Why couldnt someone just reverse engineer the source code? It seems to me conditional jumps would be a good start and maybe work backwards from things that look like auto wins.
I doubt the team had the budget or bytes to obfuscate the bytecode.
Of course if that makes it a hint, then it suggests the sprite right next to it (the guy on the right side of the audience with glasses) is also some kind of clue... does anybody know that one?
The machine code may still be obfuscated, but not for the sake of obfuscation. Cartridge ROM space was tight, so you end up with lots of tricks (like overlapping graphics and code) in some NES games to save space. That's not to mention the scarcity of clock cycles and RAM.

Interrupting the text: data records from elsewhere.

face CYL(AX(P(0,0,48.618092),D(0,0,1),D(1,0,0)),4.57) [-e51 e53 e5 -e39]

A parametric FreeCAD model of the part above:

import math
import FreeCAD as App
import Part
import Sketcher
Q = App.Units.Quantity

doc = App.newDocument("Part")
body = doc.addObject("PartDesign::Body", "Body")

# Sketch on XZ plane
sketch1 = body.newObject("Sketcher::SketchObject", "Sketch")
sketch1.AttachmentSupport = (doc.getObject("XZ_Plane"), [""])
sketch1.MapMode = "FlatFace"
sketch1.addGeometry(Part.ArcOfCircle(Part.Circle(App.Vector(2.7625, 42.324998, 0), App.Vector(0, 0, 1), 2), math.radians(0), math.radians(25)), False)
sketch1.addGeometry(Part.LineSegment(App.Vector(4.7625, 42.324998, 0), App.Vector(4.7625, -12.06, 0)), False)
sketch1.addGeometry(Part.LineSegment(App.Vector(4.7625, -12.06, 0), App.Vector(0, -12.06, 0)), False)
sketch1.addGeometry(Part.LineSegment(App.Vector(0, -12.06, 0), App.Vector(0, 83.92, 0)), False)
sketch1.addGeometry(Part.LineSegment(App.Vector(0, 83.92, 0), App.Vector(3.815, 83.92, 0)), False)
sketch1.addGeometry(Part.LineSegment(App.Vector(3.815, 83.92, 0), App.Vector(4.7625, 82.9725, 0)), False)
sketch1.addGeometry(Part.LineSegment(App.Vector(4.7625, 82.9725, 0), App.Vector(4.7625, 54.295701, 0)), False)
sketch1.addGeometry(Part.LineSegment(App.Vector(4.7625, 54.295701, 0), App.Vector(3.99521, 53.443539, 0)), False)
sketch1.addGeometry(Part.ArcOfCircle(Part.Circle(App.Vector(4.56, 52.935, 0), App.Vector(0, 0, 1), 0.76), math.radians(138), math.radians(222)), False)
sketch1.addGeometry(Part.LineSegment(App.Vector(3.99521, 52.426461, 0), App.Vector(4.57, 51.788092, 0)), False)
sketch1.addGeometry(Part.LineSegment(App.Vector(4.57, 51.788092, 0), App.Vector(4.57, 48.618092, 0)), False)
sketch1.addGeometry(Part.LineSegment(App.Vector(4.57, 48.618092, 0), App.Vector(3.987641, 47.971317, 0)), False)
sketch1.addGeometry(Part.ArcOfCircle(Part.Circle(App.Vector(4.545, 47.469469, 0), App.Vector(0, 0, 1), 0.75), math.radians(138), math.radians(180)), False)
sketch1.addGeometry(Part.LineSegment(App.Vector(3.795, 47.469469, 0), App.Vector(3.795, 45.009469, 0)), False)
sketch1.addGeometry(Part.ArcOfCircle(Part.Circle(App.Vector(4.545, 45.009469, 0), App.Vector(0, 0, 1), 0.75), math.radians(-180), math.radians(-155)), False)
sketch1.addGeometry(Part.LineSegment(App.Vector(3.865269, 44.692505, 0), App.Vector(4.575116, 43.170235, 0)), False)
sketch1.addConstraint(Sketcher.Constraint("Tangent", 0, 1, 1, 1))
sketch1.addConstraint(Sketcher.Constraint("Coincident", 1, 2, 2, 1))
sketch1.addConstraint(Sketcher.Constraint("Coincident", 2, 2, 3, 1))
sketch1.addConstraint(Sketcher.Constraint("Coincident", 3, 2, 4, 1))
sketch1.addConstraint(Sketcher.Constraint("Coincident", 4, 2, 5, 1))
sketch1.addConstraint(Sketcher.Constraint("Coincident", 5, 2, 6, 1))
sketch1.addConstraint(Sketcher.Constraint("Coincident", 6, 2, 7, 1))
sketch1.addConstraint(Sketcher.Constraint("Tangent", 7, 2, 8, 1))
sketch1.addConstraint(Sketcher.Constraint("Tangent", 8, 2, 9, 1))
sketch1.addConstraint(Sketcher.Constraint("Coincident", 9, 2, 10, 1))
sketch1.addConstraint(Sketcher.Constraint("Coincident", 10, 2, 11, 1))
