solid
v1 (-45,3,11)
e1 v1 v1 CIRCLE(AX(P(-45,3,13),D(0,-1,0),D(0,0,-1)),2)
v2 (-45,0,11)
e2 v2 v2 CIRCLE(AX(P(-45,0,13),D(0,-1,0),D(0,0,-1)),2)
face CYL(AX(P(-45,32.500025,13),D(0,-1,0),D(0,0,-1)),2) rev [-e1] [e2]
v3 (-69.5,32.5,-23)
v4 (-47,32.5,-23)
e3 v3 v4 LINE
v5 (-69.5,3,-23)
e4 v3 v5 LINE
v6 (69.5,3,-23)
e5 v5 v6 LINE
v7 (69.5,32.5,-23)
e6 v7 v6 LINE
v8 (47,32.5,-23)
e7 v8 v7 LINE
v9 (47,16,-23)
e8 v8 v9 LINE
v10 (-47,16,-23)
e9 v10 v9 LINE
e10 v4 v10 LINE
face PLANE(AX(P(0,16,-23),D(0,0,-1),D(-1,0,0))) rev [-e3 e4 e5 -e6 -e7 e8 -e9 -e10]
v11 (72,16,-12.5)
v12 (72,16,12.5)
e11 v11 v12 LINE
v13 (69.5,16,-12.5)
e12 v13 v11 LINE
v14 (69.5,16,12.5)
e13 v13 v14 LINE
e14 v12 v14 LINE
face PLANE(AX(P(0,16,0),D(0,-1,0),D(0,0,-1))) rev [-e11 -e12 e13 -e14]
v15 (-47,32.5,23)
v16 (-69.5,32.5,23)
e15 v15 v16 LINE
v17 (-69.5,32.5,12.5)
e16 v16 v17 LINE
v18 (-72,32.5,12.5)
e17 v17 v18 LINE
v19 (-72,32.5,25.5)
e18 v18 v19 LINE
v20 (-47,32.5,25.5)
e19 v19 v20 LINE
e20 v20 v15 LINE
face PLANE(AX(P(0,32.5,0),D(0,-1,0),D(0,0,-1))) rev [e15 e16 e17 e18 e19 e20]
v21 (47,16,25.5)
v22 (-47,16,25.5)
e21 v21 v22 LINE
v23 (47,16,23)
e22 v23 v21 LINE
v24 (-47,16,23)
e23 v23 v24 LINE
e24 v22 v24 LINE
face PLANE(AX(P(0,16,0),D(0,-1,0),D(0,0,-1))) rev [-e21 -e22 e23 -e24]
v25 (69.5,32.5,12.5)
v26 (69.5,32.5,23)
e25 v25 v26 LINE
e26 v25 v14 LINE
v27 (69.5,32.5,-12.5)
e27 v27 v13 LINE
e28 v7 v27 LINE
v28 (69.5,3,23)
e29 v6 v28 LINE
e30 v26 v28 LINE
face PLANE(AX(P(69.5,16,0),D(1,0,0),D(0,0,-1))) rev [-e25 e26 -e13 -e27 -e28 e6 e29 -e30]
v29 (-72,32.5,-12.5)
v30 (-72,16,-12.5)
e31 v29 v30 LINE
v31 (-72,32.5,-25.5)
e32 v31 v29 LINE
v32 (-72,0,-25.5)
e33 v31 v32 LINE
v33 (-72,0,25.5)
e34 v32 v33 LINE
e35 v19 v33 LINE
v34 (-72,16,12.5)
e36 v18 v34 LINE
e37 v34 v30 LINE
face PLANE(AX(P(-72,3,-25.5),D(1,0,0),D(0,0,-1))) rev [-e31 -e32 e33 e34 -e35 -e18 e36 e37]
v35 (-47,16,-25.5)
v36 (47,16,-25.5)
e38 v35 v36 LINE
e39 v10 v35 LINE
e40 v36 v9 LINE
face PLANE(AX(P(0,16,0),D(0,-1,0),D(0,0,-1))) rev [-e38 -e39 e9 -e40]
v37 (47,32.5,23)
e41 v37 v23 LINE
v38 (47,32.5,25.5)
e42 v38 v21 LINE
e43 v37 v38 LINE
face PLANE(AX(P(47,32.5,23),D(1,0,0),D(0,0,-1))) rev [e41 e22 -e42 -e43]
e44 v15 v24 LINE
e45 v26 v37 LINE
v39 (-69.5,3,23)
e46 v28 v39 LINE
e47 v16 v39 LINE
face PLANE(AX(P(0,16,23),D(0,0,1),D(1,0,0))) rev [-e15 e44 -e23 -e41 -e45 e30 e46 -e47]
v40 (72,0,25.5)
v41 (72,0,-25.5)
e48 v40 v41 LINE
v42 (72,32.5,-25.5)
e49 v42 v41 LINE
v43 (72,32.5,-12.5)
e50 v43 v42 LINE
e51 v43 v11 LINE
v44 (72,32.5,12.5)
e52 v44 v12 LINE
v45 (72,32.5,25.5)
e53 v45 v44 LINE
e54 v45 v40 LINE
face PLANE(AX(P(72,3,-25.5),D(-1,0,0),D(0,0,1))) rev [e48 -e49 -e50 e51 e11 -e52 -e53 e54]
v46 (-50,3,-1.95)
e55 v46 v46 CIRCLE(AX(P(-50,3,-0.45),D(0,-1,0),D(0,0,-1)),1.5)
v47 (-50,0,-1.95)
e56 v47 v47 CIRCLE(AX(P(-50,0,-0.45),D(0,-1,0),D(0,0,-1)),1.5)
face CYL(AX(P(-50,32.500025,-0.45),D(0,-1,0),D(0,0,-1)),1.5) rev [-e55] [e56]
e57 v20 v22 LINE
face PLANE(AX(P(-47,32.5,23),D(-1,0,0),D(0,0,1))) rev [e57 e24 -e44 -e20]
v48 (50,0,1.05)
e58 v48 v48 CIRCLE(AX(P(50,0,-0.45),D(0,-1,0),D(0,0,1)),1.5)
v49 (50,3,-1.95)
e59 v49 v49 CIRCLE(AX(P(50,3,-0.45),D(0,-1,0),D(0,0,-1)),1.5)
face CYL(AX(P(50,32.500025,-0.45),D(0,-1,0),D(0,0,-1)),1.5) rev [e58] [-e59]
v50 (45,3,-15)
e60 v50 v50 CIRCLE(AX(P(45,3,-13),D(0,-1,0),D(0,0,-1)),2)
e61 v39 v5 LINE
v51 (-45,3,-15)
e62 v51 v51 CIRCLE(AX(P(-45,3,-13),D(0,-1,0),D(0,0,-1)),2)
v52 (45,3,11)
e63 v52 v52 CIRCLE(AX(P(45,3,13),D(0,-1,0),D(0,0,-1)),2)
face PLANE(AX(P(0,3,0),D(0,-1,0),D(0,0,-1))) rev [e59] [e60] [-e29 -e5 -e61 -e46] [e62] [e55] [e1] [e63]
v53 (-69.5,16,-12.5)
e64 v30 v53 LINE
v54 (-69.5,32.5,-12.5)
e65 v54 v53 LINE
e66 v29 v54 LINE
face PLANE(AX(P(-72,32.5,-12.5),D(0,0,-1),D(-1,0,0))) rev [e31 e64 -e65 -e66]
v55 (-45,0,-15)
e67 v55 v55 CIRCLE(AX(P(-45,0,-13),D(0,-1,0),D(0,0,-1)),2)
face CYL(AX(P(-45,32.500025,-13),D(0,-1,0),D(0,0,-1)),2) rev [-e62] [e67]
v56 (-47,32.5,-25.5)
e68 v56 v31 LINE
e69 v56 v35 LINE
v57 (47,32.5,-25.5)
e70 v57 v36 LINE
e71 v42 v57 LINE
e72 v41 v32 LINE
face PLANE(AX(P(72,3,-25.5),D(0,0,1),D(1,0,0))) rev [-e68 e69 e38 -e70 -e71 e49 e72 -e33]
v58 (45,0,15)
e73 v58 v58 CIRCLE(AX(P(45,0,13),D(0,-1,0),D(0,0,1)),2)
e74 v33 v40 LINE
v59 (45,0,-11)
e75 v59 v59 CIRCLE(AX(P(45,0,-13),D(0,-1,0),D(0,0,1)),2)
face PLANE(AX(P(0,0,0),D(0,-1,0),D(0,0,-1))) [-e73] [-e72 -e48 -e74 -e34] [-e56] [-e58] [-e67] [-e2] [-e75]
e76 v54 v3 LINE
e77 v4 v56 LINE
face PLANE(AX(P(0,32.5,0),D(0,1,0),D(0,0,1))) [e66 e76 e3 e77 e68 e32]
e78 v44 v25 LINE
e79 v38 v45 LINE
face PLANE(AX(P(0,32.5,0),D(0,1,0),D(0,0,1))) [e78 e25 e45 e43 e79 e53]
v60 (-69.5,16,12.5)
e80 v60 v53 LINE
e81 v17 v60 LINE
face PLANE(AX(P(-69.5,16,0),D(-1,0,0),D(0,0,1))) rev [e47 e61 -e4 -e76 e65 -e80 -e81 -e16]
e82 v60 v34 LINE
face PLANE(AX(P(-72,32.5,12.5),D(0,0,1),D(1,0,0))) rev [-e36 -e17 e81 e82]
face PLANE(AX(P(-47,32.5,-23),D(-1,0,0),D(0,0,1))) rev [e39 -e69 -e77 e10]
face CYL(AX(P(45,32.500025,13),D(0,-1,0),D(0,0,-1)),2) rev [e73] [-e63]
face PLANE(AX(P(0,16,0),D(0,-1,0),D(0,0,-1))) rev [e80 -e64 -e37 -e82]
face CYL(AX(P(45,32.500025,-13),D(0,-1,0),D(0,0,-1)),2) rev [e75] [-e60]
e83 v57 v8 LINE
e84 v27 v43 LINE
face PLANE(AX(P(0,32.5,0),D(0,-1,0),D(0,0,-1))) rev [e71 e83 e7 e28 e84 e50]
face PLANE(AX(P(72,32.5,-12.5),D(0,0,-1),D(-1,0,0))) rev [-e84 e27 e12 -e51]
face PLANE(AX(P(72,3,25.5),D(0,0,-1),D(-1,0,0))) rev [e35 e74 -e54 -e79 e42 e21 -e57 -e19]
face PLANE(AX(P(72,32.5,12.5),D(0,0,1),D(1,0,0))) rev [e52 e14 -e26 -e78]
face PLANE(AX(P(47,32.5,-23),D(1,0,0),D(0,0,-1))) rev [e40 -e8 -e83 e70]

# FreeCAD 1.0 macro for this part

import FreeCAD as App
import Part
import Sketcher
from FreeCAD import Vector

doc = App.newDocument("Part")
body = doc.addObject("PartDesign::Body", "Body")

# Sketch on XZ plane
sketch1 = body.newObject("Sketcher::SketchObject", "Sketch")
sketch1.AttachmentSupport = (doc.getObject("XZ_Plane"), [""])
sketch1.MapMode = "FlatFace"
sketch1.addGeometry(Part.LineSegment(Vector(-72, -26, 0), Vector(-72, 26, 0)), False)
sketch1.addGeometry(Part.LineSegment(Vector(-72, 26, 0), Vector(72, 26, 0)), False)
sketch1.addGeometry(Part.LineSegment(Vector(72, 26, 0), Vector(72, -26, 0)), False)
sketch1.addGeometry(Part.LineSegment(Vector(72, -26, 0), Vector(-72, -26, 0)), False)
sketch1.addConstraint(Sketcher.Constraint("Coincident", 0, 2, 1, 1))
sketch1.addConstraint(Sketcher.Constraint("Coincident", 1, 2, 2, 1))
sketch1.addConstraint(Sketcher.Constraint("Coincident", 2, 2, 3, 1))
sketch1.addConstraint(Sketcher.Constraint("Coincident", 3, 2, 0, 1))
sketch1.addConstraint(Sketcher.Constraint("Vertical", 0))
sketch1.addConstraint(Sketcher.Constraint("Horizontal", 1))
sketch1.addConstraint(Sketcher.Constraint("Vertical", 2))
sketch1.addConstraint(Sketcher.Constraint("Horizontal", 3))
sketch1.addConstraint(Sketcher.Constraint("Symmetric", 0, 2, 2, 2, -1, 1))
sketch1.addConstraint(Sketcher.Constraint("DistanceX", 1, 1, 1, 2, 144.0))
sketch1.addConstraint(Sketcher.Constraint("DistanceY", 0, 1, 0, 2, 51.0))
pad1 = body.newObject("PartDesign::Pad", "Pad")
pad1.Profile = sketch1
pad1.Length = 3
pad1.Reversed = True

There's nothing wrong with that idea, conceptually. Practically speaking, it's just a bigger pain in the butt than you might think. You've got as many as a couple thousand individual, numbered variables to look for patterns in, controlled by a few 10's of thousands of instructions. It's quite possible to do; it just takes someone with Nintendo/6502 programming experience, an eye for patterns, and a ton of time :-)
For all we know the code isn't explicitly tied together, so you'd have to find two things going off (probably) the same condition, and they even then might be going off two different (yet related) conditions that are non-obvious just looking at the code.
Just because the two things sync up doesn't mean the code makes that obvious.
The real question is why would someone reverse engineer the source code for no reason? You would have to know what you are looking for before you started.
I doubt the team had the budget or bytes to obfuscate the bytecode.